[[ DATA SHOWN open ]]
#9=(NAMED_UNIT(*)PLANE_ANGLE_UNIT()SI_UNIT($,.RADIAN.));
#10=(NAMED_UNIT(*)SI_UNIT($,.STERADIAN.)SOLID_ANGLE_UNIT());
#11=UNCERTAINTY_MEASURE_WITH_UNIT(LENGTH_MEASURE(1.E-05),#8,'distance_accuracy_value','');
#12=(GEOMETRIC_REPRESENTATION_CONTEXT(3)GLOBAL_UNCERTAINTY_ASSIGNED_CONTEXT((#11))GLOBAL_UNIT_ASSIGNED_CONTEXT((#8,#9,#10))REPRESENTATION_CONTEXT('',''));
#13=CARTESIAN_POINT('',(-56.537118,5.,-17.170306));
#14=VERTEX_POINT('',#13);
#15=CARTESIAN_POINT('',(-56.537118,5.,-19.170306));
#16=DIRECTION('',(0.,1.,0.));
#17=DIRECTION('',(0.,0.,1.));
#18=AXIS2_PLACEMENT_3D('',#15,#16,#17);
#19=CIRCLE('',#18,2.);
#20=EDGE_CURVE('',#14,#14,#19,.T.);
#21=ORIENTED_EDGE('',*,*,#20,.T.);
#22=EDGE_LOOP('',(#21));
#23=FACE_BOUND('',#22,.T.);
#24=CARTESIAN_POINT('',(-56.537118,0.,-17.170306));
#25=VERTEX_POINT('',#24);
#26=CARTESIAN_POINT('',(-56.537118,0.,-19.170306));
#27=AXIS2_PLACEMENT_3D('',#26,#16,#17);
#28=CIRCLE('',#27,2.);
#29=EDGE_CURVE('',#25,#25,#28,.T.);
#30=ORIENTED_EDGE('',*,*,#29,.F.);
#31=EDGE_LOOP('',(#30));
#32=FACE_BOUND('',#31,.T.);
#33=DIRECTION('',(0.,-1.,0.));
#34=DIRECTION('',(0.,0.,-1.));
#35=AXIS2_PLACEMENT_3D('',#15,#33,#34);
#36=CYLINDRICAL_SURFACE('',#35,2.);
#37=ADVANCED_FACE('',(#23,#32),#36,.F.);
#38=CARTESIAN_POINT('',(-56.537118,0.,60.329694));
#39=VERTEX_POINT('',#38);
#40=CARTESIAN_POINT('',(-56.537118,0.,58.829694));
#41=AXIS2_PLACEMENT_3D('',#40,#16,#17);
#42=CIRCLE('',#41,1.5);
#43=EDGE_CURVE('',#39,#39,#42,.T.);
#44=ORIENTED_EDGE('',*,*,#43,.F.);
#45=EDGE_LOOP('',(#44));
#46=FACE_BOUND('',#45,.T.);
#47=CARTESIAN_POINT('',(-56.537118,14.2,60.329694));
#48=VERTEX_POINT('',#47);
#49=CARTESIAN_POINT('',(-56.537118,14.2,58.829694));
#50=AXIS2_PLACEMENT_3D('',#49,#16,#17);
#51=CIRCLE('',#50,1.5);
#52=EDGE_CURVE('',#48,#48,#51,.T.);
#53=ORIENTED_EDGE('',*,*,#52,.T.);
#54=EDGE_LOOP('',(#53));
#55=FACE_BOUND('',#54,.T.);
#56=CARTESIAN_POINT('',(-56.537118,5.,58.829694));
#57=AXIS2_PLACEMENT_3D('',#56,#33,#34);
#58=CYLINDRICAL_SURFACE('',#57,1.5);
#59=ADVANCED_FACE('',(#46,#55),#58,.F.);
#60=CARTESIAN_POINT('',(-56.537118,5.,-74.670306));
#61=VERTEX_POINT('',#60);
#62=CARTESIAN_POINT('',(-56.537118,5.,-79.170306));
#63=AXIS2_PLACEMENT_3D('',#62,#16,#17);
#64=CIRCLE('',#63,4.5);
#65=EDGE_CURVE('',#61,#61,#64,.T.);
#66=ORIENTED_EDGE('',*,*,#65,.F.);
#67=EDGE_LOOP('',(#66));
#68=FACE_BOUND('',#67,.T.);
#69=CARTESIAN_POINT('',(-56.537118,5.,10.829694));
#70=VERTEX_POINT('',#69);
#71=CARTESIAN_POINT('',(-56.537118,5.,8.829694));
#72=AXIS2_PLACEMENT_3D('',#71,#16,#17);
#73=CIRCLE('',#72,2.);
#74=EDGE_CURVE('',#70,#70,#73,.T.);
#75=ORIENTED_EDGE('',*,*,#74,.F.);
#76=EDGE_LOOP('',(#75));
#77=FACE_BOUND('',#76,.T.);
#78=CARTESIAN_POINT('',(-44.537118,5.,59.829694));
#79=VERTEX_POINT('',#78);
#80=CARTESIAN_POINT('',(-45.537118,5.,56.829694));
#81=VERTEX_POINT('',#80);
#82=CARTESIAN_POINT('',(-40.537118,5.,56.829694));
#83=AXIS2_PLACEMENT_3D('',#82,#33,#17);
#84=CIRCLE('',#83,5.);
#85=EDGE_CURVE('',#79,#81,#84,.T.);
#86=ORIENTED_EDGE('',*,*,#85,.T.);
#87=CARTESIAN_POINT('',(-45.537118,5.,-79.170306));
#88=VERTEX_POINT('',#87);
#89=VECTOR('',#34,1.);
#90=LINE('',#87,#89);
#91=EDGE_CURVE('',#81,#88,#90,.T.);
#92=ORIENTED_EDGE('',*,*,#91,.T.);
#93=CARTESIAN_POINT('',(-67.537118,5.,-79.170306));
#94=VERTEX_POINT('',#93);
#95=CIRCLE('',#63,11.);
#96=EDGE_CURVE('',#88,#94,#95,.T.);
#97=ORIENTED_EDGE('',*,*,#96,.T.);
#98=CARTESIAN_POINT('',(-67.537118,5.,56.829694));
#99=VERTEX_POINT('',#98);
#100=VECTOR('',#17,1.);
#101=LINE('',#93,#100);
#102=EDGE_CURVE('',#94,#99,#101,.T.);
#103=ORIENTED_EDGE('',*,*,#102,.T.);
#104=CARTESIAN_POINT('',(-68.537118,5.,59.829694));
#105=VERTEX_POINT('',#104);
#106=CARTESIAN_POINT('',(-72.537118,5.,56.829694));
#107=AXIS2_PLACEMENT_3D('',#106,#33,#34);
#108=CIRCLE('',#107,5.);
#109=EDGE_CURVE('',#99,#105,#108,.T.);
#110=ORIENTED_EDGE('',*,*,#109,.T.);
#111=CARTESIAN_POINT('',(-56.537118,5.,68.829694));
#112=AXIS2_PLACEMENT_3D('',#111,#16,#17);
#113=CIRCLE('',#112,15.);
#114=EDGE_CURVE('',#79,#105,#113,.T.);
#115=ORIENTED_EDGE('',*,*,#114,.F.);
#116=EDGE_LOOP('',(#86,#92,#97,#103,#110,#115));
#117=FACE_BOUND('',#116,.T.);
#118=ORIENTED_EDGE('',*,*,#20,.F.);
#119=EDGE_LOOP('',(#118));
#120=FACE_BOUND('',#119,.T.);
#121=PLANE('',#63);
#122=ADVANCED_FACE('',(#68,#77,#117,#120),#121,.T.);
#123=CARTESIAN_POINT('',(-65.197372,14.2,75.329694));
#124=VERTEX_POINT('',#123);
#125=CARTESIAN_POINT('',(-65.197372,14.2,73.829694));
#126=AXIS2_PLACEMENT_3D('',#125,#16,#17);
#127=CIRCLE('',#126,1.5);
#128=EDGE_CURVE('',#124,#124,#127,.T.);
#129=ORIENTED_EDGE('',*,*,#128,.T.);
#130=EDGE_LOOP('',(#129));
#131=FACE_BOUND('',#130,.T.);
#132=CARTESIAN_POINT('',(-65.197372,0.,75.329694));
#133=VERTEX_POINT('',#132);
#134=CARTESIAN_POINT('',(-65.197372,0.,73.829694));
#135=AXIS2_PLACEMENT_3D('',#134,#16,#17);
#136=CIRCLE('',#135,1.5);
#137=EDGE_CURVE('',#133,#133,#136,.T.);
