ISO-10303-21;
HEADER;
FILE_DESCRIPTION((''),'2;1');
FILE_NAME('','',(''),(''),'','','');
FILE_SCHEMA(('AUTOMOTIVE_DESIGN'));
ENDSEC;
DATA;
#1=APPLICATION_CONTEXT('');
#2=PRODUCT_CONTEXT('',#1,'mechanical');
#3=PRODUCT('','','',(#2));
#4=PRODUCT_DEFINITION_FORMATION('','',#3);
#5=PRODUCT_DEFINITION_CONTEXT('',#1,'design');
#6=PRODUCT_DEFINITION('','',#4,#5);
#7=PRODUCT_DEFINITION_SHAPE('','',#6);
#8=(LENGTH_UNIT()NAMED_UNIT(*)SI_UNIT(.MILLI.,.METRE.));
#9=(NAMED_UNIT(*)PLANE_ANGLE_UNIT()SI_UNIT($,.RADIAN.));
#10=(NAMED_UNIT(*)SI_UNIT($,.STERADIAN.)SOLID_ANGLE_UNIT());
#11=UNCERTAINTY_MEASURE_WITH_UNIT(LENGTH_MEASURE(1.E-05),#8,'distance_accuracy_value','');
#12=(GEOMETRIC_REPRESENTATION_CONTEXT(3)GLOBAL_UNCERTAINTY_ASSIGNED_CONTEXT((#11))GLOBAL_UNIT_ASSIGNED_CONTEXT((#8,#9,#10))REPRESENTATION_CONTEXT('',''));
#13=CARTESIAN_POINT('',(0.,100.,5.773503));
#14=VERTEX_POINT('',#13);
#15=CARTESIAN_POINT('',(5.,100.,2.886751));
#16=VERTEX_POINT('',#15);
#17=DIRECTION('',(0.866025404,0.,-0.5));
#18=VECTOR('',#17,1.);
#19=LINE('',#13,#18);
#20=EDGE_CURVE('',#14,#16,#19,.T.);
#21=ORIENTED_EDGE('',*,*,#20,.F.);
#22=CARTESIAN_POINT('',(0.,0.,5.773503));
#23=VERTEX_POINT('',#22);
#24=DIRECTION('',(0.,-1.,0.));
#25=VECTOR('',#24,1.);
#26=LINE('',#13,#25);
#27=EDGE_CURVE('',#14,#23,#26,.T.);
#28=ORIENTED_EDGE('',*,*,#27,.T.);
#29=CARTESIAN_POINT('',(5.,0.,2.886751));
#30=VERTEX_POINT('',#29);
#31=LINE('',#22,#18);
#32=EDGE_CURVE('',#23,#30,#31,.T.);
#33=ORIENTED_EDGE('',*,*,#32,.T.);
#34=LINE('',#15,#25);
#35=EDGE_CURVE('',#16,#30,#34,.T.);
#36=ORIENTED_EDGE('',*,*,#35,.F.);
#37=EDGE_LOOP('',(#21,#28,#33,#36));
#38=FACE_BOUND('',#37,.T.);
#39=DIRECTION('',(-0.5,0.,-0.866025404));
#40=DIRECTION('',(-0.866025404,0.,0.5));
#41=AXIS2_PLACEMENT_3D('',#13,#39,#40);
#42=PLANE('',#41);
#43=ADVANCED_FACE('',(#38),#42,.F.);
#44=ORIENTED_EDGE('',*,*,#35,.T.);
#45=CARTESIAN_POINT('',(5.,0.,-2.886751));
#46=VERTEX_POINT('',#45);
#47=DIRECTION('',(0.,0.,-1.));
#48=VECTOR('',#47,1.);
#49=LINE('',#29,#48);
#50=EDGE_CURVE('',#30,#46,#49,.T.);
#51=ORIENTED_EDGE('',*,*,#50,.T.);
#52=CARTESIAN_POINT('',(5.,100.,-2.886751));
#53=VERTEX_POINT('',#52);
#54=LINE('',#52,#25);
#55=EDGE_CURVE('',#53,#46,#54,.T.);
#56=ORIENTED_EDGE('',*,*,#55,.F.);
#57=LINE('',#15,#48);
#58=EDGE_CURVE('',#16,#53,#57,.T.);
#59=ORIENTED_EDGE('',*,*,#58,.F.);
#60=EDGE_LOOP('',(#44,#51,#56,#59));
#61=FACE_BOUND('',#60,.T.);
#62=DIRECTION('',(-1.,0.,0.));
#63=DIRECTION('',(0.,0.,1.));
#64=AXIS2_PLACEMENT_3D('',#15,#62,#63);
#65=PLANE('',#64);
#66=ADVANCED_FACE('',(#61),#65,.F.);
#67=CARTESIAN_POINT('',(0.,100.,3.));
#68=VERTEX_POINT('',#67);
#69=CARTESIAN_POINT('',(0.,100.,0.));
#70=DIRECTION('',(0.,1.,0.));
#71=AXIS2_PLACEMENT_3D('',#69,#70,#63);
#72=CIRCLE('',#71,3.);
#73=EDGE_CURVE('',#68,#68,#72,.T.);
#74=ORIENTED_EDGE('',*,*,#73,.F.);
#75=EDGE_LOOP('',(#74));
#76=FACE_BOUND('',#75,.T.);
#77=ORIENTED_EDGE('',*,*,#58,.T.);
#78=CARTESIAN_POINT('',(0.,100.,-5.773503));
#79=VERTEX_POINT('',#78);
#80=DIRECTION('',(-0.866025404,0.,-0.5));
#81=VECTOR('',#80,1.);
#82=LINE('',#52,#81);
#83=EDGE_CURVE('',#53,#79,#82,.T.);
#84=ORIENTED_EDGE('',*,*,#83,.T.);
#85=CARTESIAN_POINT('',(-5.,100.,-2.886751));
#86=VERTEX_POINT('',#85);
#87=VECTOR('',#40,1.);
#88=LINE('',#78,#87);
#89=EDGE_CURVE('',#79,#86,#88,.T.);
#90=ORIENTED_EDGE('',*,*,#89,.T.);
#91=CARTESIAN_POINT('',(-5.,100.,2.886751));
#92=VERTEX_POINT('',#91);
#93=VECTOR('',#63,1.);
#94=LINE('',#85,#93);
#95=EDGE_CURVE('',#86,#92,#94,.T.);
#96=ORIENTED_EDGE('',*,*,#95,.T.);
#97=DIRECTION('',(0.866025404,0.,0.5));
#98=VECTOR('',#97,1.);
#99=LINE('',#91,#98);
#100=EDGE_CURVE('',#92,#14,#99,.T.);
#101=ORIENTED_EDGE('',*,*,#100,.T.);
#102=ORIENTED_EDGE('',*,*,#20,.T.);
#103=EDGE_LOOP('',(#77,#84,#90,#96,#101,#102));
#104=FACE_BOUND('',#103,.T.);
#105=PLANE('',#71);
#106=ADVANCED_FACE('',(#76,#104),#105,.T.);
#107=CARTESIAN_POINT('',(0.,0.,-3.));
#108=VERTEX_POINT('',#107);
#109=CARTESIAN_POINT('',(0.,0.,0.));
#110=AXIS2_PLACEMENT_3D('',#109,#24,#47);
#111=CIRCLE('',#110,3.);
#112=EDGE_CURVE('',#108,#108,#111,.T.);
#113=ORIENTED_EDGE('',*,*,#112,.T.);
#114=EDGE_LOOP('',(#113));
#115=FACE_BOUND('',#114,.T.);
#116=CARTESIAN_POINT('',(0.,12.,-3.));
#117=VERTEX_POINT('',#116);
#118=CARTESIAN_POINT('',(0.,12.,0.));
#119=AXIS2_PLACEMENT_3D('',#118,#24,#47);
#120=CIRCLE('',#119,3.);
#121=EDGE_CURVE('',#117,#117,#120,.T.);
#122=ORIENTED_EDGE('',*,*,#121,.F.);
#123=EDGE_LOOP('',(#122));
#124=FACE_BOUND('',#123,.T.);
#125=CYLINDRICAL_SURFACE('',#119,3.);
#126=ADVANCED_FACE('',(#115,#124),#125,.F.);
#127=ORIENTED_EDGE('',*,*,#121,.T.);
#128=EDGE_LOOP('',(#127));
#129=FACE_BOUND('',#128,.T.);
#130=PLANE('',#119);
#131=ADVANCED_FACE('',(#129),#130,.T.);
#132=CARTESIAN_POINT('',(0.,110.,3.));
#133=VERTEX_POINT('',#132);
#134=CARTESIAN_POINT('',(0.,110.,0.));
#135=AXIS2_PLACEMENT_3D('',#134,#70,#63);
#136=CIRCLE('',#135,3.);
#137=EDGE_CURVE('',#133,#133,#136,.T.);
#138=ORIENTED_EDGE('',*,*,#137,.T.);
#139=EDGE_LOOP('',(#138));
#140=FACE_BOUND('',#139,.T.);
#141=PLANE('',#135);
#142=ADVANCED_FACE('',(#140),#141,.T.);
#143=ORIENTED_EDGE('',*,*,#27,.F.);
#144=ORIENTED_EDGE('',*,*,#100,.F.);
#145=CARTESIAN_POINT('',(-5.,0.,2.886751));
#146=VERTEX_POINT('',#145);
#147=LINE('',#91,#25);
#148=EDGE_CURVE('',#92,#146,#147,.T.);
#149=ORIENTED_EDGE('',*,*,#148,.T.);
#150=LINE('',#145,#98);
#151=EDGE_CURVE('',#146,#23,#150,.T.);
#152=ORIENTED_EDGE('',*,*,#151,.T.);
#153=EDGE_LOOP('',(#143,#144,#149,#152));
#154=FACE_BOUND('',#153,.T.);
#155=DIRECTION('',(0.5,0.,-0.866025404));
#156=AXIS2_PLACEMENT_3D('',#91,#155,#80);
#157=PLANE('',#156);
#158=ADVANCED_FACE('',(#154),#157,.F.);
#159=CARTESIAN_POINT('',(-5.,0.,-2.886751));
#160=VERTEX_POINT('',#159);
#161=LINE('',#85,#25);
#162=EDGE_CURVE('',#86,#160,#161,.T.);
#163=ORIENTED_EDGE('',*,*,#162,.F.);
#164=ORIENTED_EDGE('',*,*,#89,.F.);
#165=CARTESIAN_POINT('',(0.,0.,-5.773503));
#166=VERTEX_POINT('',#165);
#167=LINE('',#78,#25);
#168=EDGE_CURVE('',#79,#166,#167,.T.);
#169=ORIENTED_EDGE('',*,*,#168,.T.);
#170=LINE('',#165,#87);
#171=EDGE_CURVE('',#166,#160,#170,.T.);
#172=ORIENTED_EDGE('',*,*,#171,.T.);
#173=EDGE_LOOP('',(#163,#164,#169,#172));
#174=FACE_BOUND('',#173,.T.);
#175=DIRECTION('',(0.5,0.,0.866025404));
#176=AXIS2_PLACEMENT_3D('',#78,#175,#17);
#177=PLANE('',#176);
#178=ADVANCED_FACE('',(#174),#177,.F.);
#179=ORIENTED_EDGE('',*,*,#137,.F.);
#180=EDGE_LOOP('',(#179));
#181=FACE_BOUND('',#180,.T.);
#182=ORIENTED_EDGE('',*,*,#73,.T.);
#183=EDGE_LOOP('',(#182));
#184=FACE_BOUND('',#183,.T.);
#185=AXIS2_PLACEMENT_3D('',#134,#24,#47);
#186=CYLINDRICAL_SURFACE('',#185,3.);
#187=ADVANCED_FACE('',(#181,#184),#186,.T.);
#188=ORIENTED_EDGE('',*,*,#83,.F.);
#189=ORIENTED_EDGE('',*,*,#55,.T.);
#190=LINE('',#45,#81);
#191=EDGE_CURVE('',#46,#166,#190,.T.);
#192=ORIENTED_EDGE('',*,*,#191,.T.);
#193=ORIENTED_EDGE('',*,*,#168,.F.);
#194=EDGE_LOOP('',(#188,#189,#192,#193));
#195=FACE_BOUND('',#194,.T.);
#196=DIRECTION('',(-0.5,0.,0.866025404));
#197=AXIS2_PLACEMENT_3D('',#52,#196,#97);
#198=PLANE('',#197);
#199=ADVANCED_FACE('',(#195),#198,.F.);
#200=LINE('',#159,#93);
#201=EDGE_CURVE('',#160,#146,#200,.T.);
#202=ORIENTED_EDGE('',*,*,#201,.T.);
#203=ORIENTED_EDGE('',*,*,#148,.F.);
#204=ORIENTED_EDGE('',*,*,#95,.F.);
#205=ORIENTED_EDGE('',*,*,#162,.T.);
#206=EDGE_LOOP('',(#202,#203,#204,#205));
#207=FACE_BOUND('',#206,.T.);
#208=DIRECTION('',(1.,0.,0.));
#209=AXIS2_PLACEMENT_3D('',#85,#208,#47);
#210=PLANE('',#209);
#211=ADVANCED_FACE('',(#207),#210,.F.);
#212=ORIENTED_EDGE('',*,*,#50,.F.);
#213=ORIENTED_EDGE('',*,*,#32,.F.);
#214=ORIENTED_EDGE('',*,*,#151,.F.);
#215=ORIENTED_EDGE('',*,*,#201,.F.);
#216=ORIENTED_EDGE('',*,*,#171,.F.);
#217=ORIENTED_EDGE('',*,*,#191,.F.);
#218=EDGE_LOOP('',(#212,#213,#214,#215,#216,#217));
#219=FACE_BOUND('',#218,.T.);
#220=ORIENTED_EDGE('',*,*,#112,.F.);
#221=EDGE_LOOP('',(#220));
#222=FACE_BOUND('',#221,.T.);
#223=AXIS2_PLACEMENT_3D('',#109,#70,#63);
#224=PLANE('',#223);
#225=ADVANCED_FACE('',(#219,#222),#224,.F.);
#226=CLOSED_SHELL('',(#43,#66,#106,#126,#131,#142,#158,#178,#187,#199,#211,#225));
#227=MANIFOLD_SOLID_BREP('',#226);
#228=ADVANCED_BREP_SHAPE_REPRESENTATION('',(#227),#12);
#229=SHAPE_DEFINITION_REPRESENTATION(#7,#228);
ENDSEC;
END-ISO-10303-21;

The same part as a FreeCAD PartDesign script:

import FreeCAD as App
import Part
import Sketcher

V = App.Vector
Q = App.Units.Quantity

doc = App.newDocument("Part")
body = doc.addObject("PartDesign::Body", "Body")

# Sketch on XZ plane
sketch1 = body.newObject("Sketcher::SketchObject", "Sketch")
sketch1.AttachmentSupport = (doc.getObject("XZ_Plane"), [""])
sketch1.MapMode = "FlatFace"
sketch1.addGeometry([
    Part.LineSegment(V(0, 6, 0), V(5, 3, 0)),  # 0
    Part.LineSegment(V(5, 3, 0), V(5, -3, 0)),  # 1
    Part.LineSegment(V(5, -3, 0), V(0, -6, 0)),  # 2
    Part.LineSegment(V(0, -6, 0), V(-5, -3, 0)),  # 3
    Part.LineSegment(V(-5, -3, 0), V(-5, 3, 0)),  # 4
    Part.LineSegment(V(-5, 3, 0), V(0, 6, 0)),  # 5
], False)
sketch1.addConstraint([
    Sketcher.Constraint("Coincident", 0, 2, 1, 1),
    Sketcher.Constraint("Coincident", 1, 2, 2, 1),
    Sketcher.Constraint("Coincident", 2, 2, 3, 1),
    Sketcher.Constraint("Coincident", 3, 2, 4, 1),
    Sketcher.Constraint("Coincident", 4, 2, 5, 1),
    Sketcher.Constraint("Coincident", 5, 2, 0, 1),
    Sketcher.Constraint("Vertical", 1),
    Sketcher.Constraint("Vertical", 4),
    Sketcher.Constraint("Symmetric", 0, 2, 3, 2, -1, 1),
    Sketcher.Constraint("Symmetric", 2, 2, 5, 2, -1, 1),
    Sketcher.Constraint("PointOnObject", 2, 2, -2),
    Sketcher.Constraint("Parallel", 2, 5),
    Sketcher.Constraint("Horizontal", 1, 2, 3, 2),
    Sketcher.Constraint("Angle", 0, Q("-30 deg")),
    Sketcher.Constraint("DistanceX", -1, 1, 0, 2, 5.0),
    Sketcher.Constraint("DistanceY", 1, 2, 1, 1, 5.773503),
])
pad1 = body.newObject("PartDesign::Pad", "Pad")
pad1.Profile = sketch1
pad1.Length = 100
pad1.Reversed = True

# Sketch on XZ plane
sketch2 = body.newObject("Sketcher::SketchObject", "Sketch001")
sketch2.AttachmentSupport = (doc.getObject("XZ_Plane"), [""])
sketch2.MapMode = "FlatFace"
sketch2.AttachmentOffset = App.Placement(V(0, 0, -100), App.Rotation())
sketch2.addGeometry(Part.Circle(V(0, 0, 0), V(0, 0, 1), 3), False)
sketch2.addConstraint([
    Sketcher.Constraint("Coincident", 0, 3, -1, 1),
    Sketcher.Constraint("Diameter", 0, 6.0),
])
pad2 = body.newObject("PartDesign::Pad", "Pad001")
pad2.Profile = sketch2
pad2.Length = 10
pad2.Reversed = True

# Sketch on XZ plane
sketch3 = body.newObject("Sketcher::SketchObject", "Sketch002")
sketch3.AttachmentSupport = (doc.getObject("XZ_Plane"), [""])
sketch3.MapMode = "FlatFace"
sketch3.addGeometry(Part.Circle(V(0, 0, 0), V(0, 0, 1), 3), False)
sketch3.addConstraint([
    Sketcher.Constraint("Coincident", 0, 3, -1, 1),
    Sketcher.Constraint("Diameter", 0, 6.0),
])
pocket1 = body.newObject("PartDesign::Pocket", "Pocket")
pocket1.Profile = sketch3
pocket1.Length = 12

doc.recompute()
[[ DATA SHOWN closed ]]
Write out exactly the lines from the beginning of the material above through the line with "#25=VERTEX_POINT('',#24);", including both and omitting all others.

#9=(NAMED_UNIT(*)PLANE_ANGLE_UNIT()SI_UNIT($,.RADIAN.));
#10=(NAMED_UNIT(*)SI_UNIT($,.STERADIAN.)SOLID_ANGLE_UNIT());
#11=UNCERTAINTY_MEASURE_WITH_UNIT(LENGTH_MEASURE(1.E-05),#8,'distance_accuracy_value','');
#12=(GEOMETRIC_REPRESENTATION_CONTEXT(3)GLOBAL_UNCERTAINTY_ASSIGNED_CONTEXT((#11))GLOBAL_UNIT_ASSIGNED_CONTEXT((#8,#9,#10))REPRESENTATION_CONTEXT('',''));
#13=CARTESIAN_POINT('',(-56.537118,5.,-17.170306));
#14=VERTEX_POINT('',#13);
#15=CARTESIAN_POINT('',(-56.537118,5.,-19.170306));
#16=DIRECTION('',(0.,1.,0.));
#17=DIRECTION('',(0.,0.,1.));
#18=AXIS2_PLACEMENT_3D('',#15,#16,#17);
#19=CIRCLE('',#18,2.);
#20=EDGE_CURVE('',#14,#14,#19,.T.);
#21=ORIENTED_EDGE('',*,*,#20,.T.);
#22=EDGE_LOOP('',(#21));
#23=FACE_BOUND('',#22,.T.);
#24=CARTESIAN_POINT('',(-56.537118,0.,-17.170306));
#25=VERTEX_POINT('',#24);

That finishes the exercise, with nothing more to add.